Given data |
----------
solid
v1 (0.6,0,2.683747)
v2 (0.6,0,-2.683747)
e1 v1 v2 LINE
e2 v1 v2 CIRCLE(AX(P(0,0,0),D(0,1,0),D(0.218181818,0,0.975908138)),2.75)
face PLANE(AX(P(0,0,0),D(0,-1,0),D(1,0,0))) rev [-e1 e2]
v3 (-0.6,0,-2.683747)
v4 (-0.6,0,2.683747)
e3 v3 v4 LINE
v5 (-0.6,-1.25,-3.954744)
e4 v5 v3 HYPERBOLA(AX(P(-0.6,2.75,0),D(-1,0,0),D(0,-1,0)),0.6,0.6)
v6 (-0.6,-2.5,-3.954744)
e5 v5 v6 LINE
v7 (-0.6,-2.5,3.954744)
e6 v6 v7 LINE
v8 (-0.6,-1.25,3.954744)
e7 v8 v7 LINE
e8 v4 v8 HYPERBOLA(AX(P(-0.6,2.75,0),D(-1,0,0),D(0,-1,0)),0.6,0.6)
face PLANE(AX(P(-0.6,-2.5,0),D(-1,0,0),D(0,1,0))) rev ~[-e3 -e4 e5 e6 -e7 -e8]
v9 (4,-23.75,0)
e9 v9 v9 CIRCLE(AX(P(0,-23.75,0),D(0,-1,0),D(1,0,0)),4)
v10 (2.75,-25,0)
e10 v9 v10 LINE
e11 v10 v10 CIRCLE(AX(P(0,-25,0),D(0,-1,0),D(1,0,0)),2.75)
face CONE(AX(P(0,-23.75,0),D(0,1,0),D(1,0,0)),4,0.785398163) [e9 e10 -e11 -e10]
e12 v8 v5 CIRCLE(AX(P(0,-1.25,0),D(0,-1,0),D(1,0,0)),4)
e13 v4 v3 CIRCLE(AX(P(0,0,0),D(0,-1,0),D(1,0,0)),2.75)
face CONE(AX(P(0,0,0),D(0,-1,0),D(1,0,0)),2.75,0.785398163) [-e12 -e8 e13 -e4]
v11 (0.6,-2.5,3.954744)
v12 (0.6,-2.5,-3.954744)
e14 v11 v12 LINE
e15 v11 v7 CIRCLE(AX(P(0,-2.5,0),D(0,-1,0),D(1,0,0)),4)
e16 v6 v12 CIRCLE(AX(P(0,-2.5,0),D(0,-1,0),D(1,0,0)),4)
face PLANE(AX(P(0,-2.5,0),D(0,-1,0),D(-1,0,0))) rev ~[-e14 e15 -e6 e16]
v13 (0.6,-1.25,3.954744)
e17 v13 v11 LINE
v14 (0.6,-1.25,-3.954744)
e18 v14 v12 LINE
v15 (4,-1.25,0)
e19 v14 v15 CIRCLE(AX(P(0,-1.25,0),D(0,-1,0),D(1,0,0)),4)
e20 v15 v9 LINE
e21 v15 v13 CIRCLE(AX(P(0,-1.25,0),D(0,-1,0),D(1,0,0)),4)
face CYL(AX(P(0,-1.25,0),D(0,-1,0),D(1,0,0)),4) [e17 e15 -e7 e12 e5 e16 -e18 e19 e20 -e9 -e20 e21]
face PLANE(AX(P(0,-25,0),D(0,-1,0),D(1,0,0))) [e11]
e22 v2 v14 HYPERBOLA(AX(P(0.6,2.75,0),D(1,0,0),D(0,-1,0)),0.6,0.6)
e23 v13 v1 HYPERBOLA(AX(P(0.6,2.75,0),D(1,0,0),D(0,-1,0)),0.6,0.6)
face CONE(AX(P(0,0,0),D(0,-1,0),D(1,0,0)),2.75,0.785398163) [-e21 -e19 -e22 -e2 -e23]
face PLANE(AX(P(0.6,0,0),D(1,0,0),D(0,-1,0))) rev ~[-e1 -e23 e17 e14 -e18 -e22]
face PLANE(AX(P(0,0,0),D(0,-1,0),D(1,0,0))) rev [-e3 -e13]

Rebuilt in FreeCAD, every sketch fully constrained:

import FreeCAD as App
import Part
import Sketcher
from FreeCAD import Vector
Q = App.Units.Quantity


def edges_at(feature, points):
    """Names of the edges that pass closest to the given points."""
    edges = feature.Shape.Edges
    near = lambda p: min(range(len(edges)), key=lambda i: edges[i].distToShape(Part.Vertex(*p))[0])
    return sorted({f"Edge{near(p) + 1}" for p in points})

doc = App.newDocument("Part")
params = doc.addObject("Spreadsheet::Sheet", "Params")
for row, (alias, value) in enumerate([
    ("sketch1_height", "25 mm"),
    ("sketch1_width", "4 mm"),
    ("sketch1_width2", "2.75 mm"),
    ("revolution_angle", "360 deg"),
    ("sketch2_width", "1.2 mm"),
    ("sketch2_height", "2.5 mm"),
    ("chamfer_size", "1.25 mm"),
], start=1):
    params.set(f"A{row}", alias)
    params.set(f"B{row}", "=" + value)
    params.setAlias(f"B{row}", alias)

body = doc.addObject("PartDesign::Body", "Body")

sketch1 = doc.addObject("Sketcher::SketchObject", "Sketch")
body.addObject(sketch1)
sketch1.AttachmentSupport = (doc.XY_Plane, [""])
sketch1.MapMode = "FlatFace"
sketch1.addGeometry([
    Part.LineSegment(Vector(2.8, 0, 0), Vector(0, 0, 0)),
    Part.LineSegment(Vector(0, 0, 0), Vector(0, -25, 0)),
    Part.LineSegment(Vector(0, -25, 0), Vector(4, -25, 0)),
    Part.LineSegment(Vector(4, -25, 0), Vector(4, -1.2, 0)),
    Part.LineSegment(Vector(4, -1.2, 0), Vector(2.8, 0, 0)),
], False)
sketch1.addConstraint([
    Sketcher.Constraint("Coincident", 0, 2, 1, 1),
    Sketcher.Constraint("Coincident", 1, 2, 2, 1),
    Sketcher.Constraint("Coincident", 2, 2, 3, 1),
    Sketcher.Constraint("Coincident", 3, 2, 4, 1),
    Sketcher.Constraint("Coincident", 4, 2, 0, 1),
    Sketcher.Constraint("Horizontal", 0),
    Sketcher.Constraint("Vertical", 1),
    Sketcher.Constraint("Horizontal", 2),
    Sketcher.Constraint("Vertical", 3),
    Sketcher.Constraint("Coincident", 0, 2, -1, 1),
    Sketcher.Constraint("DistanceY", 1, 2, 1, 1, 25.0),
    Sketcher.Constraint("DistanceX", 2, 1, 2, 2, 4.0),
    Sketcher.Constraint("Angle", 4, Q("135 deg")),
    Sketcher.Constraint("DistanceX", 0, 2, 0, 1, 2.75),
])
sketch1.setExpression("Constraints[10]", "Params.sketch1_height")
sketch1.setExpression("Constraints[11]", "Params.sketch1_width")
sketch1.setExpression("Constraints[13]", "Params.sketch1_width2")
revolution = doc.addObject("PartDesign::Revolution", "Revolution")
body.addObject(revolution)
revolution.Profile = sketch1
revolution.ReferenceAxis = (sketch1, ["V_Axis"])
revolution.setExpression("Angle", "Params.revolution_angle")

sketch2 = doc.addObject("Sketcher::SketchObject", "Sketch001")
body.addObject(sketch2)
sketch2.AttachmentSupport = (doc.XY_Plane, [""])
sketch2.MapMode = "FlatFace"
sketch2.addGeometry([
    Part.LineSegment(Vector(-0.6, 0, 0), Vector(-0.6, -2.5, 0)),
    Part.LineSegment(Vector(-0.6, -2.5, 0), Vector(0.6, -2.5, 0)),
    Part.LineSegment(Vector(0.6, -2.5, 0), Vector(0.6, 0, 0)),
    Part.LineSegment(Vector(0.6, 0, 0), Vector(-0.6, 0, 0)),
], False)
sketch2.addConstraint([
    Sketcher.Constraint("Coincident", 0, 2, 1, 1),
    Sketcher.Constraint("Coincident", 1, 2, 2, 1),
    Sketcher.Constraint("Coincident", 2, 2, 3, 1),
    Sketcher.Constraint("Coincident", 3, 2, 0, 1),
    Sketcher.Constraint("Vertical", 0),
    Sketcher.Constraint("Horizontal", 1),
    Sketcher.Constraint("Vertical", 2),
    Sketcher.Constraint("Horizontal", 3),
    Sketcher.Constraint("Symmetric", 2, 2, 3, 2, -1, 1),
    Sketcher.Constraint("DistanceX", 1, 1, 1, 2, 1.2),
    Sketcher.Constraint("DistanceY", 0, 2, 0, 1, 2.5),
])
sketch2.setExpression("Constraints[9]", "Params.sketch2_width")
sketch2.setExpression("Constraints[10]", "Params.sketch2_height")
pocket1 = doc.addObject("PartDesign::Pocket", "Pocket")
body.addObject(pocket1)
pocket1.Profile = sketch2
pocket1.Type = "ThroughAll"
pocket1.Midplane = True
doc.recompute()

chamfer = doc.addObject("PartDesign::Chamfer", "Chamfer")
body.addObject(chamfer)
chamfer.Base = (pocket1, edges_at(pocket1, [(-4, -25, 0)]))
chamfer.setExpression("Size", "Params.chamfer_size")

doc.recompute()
----------
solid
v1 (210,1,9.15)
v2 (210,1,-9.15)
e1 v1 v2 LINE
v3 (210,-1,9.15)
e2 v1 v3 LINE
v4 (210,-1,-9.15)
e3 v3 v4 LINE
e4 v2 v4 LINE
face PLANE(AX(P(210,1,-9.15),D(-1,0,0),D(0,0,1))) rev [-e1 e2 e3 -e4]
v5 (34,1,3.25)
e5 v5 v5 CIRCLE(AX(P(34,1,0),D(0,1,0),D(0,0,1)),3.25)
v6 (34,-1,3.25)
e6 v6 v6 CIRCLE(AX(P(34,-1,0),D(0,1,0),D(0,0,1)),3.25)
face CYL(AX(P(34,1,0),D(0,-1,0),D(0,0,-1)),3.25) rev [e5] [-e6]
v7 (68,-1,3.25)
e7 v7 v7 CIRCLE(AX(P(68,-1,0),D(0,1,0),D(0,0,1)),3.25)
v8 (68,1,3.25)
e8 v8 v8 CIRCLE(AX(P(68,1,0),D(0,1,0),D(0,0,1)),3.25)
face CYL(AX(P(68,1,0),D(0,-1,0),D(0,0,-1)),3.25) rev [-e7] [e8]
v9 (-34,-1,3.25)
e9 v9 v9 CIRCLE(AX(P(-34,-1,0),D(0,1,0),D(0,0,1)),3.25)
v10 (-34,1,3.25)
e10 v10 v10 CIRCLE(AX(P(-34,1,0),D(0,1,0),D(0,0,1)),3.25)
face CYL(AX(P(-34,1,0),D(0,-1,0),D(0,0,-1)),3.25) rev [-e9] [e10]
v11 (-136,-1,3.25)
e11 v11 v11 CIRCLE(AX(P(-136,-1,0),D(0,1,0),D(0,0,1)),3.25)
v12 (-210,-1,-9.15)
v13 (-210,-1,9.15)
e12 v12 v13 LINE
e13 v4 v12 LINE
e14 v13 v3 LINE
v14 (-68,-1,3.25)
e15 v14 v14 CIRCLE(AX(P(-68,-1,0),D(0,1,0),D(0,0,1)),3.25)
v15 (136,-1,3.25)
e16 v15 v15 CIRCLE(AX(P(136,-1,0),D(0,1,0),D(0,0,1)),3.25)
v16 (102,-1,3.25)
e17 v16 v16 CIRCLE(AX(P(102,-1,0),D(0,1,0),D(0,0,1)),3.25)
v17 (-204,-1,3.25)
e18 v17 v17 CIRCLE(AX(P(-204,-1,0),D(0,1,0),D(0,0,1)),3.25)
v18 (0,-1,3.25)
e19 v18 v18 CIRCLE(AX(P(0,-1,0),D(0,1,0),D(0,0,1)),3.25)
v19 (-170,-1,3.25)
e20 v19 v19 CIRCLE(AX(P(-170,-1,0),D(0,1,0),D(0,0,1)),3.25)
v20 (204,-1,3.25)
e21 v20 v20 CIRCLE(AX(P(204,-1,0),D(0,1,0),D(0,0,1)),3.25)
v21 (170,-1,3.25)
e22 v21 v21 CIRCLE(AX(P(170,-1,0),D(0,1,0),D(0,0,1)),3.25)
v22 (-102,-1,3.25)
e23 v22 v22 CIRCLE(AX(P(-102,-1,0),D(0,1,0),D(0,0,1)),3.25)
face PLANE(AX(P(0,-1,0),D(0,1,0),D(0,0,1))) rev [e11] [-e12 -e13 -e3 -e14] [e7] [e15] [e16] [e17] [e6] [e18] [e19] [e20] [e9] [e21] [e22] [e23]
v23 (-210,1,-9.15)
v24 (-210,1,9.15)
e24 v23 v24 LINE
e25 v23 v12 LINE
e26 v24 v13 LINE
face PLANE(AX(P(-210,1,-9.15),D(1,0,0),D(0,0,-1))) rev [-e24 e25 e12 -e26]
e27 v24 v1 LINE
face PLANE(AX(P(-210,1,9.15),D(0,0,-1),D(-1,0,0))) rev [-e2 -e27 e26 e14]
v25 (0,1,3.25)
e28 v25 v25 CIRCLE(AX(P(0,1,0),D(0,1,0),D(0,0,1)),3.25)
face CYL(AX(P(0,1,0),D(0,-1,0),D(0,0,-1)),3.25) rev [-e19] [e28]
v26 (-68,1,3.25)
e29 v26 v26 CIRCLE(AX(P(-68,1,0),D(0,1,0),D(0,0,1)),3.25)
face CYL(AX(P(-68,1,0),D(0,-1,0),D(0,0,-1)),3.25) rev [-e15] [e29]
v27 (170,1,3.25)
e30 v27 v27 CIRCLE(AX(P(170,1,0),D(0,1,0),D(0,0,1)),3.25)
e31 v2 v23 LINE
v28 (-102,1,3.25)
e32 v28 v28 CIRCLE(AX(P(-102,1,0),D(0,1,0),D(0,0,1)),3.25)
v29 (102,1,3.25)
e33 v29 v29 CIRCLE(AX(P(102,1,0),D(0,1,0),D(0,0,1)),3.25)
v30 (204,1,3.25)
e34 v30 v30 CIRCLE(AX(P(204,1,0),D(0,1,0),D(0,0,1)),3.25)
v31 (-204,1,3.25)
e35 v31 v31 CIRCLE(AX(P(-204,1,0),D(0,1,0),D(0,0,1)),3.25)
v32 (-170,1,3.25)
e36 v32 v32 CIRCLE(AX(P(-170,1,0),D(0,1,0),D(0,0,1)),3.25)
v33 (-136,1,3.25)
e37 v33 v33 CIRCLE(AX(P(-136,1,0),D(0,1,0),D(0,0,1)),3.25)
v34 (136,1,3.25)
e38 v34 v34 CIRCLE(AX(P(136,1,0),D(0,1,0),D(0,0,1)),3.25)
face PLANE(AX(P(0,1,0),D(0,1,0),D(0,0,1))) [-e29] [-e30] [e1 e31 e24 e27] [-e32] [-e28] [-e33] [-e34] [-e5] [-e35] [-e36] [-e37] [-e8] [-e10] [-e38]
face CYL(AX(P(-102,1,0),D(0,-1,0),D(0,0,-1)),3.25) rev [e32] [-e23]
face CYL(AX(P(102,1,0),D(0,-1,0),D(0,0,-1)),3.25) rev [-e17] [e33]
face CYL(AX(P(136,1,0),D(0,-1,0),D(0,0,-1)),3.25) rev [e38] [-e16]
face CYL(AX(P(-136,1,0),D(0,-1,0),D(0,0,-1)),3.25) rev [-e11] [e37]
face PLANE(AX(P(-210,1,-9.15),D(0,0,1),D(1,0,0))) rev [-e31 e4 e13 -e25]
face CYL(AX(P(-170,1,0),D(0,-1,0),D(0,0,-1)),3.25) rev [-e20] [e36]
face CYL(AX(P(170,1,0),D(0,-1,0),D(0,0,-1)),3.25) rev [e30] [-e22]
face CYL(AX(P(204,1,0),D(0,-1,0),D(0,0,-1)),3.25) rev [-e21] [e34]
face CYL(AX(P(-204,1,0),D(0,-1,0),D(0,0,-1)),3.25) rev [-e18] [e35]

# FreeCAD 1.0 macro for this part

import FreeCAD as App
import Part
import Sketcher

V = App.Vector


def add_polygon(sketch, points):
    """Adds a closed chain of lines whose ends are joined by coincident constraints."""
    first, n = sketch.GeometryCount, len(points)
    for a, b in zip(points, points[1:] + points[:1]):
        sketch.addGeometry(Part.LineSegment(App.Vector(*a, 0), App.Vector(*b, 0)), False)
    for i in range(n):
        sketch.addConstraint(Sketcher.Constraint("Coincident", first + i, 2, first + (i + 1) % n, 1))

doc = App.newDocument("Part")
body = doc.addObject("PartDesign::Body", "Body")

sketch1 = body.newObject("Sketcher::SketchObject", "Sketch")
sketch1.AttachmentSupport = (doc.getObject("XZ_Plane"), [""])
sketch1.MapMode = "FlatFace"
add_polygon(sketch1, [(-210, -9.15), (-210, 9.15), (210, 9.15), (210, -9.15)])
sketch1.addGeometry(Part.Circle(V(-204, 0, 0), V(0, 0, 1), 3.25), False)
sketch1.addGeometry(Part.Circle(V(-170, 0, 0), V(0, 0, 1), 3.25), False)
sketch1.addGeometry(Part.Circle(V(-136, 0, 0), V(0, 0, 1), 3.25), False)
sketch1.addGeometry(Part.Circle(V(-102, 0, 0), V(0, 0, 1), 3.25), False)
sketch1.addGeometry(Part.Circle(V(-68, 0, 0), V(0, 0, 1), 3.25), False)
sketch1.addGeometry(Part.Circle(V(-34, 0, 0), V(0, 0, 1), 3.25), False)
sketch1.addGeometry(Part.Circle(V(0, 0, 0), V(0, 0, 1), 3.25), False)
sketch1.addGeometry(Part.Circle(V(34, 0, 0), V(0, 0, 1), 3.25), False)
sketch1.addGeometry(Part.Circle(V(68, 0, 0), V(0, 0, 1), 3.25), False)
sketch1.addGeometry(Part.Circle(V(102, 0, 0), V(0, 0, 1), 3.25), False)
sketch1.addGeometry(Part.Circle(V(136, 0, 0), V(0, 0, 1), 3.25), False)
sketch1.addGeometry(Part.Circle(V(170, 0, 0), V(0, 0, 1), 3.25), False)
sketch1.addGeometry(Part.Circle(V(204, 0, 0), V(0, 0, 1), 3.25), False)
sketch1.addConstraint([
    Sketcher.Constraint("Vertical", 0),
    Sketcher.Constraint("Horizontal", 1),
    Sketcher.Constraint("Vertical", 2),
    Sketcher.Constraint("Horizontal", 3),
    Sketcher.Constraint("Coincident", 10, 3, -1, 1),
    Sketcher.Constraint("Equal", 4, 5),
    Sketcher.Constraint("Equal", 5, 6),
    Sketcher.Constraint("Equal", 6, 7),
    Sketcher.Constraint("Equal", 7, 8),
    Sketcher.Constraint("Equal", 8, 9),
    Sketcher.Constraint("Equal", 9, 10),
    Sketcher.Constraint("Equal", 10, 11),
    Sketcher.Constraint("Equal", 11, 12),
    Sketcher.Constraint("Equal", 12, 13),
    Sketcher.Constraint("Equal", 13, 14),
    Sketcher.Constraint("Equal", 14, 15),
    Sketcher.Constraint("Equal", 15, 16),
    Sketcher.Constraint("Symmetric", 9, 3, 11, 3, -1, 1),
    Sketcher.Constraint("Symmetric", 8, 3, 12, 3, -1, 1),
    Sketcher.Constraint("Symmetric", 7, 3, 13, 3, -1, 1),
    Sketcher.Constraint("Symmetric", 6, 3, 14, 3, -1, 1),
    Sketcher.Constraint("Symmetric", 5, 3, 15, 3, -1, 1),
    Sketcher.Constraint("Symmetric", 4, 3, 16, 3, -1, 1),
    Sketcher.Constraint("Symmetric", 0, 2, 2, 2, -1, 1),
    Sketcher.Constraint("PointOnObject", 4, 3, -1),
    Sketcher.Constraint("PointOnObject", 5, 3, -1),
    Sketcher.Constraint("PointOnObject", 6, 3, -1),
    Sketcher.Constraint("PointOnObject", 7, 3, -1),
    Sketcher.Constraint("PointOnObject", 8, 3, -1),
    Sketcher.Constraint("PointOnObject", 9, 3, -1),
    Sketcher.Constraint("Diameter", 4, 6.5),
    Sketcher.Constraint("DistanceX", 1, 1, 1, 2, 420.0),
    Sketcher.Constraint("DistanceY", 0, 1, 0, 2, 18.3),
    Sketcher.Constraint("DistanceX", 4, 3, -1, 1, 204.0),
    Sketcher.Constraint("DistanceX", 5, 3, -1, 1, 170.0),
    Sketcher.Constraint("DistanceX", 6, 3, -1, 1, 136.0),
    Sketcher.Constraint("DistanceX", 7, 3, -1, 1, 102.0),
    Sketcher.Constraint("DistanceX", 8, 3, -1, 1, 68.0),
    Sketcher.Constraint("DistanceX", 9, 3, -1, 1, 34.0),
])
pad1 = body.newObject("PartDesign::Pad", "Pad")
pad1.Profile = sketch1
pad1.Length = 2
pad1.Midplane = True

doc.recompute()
----------
Work task |
Looking at the data above, write out exactly the lines that start at the one containing "e19 v14 v15" and end at the one containing "Rebuilt in FreeCAD, every"; include both and nothing beyond.

Your response |
e19 v14 v15 CIRCLE(AX(P(0,-1.25,0),D(0,-1,0),D(1,0,0)),4)
e20 v15 v9 LINE
e21 v15 v13 CIRCLE(AX(P(0,-1.25,0),D(0,-1,0),D(1,0,0)),4)
face CYL(AX(P(0,-1.25,0),D(0,-1,0),D(1,0,0)),4) [e17 e15 -e7 e12 e5 e16 -e18 e19 e20 -e9 -e20 e21]
face PLANE(AX(P(0,-25,0),D(0,-1,0),D(1,0,0))) [e11]
e22 v2 v14 HYPERBOLA(AX(P(0.6,2.75,0),D(1,0,0),D(0,-1,0)),0.6,0.6)
e23 v13 v1 HYPERBOLA(AX(P(0.6,2.75,0),D(1,0,0),D(0,-1,0)),0.6,0.6)
face CONE(AX(P(0,0,0),D(0,-1,0),D(1,0,0)),2.75,0.785398163) [-e21 -e19 -e22 -e2 -e23]
face PLANE(AX(P(0.6,0,0),D(1,0,0),D(0,-1,0))) rev ~[-e1 -e23 e17 e14 -e18 -e22]
face PLANE(AX(P(0,0,0),D(0,-1,0),D(1,0,0))) rev [-e3 -e13]

Rebuilt in FreeCAD, every sketch fully constrained:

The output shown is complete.